■ Task item ■
Using the records below, quote only the span that opens with the line containing "e30 v27 v27" and closes with the line containing "e35 v21 v29 LINE", exactly and inclusively.

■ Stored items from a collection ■
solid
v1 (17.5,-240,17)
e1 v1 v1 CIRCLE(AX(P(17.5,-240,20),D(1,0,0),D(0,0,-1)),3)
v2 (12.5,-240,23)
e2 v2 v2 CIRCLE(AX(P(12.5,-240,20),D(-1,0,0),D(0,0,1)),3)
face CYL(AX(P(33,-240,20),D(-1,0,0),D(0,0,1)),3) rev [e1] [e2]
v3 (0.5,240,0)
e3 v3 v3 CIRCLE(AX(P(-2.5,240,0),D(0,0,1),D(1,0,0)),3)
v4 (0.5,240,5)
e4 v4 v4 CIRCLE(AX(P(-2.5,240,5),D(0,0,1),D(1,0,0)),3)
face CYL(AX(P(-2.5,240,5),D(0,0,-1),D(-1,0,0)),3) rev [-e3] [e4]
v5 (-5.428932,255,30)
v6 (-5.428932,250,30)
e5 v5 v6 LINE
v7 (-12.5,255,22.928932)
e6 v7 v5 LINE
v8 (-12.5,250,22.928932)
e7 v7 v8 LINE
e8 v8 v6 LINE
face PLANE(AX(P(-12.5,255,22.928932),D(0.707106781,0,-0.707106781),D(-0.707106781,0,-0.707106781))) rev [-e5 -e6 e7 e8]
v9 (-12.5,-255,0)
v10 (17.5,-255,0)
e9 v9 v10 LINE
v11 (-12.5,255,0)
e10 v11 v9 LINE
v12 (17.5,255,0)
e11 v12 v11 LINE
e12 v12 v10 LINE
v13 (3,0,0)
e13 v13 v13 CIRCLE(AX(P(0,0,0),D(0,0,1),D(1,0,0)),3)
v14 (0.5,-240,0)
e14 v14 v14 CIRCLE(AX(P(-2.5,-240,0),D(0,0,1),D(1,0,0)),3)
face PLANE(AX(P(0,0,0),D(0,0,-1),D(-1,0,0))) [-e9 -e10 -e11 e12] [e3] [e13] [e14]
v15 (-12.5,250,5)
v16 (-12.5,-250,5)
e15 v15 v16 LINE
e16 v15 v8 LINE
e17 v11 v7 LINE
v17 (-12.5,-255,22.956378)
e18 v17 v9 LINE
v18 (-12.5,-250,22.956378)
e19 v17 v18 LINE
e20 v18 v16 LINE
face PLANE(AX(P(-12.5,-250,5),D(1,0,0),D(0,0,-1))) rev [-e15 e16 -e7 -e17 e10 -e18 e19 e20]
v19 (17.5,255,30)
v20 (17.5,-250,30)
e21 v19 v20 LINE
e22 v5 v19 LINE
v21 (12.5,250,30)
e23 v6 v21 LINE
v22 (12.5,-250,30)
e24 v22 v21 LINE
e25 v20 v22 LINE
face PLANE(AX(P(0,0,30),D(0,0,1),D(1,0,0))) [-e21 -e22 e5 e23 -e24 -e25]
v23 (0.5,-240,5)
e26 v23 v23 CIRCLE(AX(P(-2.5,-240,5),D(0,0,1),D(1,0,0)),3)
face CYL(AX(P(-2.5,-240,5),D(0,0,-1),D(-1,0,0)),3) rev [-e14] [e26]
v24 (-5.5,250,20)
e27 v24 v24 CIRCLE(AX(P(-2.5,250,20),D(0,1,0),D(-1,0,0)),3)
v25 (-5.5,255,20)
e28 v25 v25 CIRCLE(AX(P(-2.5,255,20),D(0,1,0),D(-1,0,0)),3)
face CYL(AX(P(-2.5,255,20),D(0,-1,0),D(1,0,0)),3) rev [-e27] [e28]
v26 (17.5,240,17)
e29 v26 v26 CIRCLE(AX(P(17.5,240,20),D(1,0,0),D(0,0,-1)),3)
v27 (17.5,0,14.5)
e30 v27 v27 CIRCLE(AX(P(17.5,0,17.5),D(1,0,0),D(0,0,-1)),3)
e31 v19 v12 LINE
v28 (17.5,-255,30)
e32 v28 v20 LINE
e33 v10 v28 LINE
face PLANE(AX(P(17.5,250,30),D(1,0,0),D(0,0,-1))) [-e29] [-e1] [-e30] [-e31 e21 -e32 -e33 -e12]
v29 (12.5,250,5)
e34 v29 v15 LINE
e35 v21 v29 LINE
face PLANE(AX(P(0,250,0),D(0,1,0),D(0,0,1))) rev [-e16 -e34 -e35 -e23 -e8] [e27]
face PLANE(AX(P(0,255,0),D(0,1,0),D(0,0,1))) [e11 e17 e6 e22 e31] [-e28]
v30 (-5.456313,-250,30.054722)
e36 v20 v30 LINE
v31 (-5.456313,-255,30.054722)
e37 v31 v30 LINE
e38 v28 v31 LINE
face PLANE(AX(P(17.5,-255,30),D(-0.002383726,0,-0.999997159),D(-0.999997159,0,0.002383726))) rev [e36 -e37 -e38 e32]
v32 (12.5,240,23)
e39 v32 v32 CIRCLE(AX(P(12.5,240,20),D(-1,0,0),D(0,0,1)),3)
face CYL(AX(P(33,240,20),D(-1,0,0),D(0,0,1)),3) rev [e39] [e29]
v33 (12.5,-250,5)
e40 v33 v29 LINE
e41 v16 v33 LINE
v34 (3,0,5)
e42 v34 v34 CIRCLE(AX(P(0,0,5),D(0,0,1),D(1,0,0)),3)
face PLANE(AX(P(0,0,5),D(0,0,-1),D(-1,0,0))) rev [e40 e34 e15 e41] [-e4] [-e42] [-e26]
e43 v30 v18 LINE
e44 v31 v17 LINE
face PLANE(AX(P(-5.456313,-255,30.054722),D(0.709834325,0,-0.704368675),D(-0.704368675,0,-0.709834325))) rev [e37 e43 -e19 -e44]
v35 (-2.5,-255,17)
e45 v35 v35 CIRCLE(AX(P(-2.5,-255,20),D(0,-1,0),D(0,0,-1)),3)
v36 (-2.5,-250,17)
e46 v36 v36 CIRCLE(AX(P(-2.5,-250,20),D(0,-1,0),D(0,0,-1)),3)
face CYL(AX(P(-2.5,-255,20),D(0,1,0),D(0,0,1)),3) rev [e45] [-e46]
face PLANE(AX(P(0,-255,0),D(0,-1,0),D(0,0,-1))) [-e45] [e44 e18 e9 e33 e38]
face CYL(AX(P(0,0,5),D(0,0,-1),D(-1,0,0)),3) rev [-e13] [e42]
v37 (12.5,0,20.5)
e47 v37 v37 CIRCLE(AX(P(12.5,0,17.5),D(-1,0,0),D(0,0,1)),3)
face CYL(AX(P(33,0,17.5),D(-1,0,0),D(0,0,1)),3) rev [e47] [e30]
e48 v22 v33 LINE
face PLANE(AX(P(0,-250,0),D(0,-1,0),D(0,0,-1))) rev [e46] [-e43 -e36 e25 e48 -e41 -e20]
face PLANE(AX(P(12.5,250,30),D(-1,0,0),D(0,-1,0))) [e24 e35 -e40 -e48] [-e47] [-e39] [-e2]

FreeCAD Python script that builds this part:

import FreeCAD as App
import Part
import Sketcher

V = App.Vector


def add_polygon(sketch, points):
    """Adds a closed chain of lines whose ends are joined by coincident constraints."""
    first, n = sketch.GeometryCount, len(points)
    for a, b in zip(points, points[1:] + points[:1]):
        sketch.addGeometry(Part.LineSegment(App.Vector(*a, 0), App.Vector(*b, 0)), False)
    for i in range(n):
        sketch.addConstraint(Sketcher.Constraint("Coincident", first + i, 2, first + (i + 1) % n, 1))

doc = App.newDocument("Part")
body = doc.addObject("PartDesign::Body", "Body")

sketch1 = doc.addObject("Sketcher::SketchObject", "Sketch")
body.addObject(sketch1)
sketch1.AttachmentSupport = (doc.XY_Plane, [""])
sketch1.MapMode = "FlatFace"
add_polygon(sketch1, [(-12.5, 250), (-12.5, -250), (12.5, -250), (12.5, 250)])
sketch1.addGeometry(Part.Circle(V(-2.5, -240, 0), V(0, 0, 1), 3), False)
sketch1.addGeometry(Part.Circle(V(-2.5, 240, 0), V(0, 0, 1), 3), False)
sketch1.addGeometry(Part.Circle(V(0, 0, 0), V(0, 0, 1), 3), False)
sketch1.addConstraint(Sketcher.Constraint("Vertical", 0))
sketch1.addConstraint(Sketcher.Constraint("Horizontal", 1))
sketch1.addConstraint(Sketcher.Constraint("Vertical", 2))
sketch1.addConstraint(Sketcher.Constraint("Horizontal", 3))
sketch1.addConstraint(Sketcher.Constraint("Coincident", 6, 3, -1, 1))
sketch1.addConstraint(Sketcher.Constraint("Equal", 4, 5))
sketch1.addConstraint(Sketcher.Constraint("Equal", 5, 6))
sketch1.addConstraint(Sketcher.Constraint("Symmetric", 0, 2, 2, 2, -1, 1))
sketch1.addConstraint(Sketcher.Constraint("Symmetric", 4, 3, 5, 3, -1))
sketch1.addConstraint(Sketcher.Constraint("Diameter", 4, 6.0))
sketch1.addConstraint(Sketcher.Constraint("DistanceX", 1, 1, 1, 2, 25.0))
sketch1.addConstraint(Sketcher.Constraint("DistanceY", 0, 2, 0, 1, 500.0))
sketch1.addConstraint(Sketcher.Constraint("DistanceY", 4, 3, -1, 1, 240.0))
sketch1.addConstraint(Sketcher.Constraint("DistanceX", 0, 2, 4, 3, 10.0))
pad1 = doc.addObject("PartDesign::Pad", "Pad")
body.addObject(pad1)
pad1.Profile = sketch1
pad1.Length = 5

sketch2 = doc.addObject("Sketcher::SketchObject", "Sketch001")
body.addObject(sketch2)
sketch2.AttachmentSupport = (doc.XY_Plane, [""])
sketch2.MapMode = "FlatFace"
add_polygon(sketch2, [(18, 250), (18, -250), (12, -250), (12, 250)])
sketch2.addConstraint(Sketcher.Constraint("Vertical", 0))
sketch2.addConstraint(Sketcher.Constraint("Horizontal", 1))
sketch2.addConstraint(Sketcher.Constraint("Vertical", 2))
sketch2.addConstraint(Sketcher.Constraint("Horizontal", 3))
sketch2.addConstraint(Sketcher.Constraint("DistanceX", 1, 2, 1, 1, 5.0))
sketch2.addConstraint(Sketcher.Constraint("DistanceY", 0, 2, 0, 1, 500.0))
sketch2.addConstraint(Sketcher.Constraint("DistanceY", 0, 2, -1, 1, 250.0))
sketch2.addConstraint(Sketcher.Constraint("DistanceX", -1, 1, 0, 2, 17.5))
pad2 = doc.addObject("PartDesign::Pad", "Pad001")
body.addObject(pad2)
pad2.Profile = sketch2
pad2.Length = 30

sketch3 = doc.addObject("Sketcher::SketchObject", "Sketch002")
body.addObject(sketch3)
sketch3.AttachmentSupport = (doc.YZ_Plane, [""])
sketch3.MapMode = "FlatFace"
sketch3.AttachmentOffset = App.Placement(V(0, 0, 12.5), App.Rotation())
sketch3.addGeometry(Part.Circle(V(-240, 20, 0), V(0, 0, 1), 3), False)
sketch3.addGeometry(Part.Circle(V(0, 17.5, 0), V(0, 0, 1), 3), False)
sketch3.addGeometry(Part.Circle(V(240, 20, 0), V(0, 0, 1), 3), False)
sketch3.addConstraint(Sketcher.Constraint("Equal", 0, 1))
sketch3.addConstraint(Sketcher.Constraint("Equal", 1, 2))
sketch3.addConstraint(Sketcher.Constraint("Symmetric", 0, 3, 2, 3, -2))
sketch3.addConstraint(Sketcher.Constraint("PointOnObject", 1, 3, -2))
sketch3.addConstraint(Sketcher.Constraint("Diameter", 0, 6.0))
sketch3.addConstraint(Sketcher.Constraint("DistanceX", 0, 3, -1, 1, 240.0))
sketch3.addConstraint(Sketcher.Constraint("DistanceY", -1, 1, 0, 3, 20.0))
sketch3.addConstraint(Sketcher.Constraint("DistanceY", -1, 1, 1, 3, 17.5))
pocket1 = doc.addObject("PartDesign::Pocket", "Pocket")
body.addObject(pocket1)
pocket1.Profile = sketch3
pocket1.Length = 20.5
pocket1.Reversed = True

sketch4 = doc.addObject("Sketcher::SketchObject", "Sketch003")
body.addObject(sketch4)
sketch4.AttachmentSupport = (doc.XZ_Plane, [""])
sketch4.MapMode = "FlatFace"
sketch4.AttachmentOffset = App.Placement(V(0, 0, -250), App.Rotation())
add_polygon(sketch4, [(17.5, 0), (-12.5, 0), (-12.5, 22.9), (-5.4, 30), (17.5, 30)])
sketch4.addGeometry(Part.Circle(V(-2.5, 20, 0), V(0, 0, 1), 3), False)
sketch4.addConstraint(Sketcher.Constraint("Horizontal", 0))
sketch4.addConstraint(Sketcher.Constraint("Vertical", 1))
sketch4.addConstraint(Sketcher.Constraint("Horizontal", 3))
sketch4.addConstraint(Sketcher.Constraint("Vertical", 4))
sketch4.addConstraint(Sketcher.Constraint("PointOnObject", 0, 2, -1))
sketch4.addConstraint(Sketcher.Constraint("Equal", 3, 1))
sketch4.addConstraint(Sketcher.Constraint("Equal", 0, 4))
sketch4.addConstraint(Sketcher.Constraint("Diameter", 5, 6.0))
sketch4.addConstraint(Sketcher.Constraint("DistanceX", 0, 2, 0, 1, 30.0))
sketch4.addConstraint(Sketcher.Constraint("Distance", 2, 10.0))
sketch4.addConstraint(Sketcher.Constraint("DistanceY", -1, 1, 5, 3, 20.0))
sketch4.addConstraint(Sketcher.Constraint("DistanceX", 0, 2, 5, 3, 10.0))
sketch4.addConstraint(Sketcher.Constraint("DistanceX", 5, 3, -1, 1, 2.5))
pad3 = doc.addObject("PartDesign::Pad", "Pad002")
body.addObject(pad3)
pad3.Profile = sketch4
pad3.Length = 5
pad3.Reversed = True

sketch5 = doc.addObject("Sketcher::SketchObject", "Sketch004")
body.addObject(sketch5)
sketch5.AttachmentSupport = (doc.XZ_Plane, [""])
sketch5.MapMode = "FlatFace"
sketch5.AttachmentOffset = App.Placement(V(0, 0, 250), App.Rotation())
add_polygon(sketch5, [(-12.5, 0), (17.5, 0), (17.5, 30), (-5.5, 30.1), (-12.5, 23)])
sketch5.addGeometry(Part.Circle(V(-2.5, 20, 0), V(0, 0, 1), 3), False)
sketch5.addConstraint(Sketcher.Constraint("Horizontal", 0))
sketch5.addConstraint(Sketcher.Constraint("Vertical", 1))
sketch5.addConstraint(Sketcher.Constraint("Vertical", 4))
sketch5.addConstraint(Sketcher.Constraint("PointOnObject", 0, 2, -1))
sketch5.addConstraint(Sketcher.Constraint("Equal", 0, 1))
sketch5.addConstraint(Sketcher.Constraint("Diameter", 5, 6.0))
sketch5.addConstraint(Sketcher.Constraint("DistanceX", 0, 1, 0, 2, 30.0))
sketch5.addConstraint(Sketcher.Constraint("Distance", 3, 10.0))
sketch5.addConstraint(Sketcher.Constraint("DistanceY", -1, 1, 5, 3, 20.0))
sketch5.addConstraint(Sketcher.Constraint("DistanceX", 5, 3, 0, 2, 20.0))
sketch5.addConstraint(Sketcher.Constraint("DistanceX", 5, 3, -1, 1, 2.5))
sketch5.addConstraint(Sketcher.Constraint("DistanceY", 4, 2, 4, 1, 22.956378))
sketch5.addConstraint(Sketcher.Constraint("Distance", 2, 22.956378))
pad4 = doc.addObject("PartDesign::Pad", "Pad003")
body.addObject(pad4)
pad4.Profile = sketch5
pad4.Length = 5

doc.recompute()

■ Written answer ■
e30 v27 v27 CIRCLE(AX(P(17.5,0,17.5),D(1,0,0),D(0,0,-1)),3)
e31 v19 v12 LINE
v28 (17.5,-255,30)
e32 v28 v20 LINE
e33 v10 v28 LINE
face PLANE(AX(P(17.5,250,30),D(1,0,0),D(0,0,-1))) [-e29] [-e1] [-e30] [-e31 e21 -e32 -e33 -e12]
v29 (12.5,250,5)
e34 v29 v15 LINE
e35 v21 v29 LINE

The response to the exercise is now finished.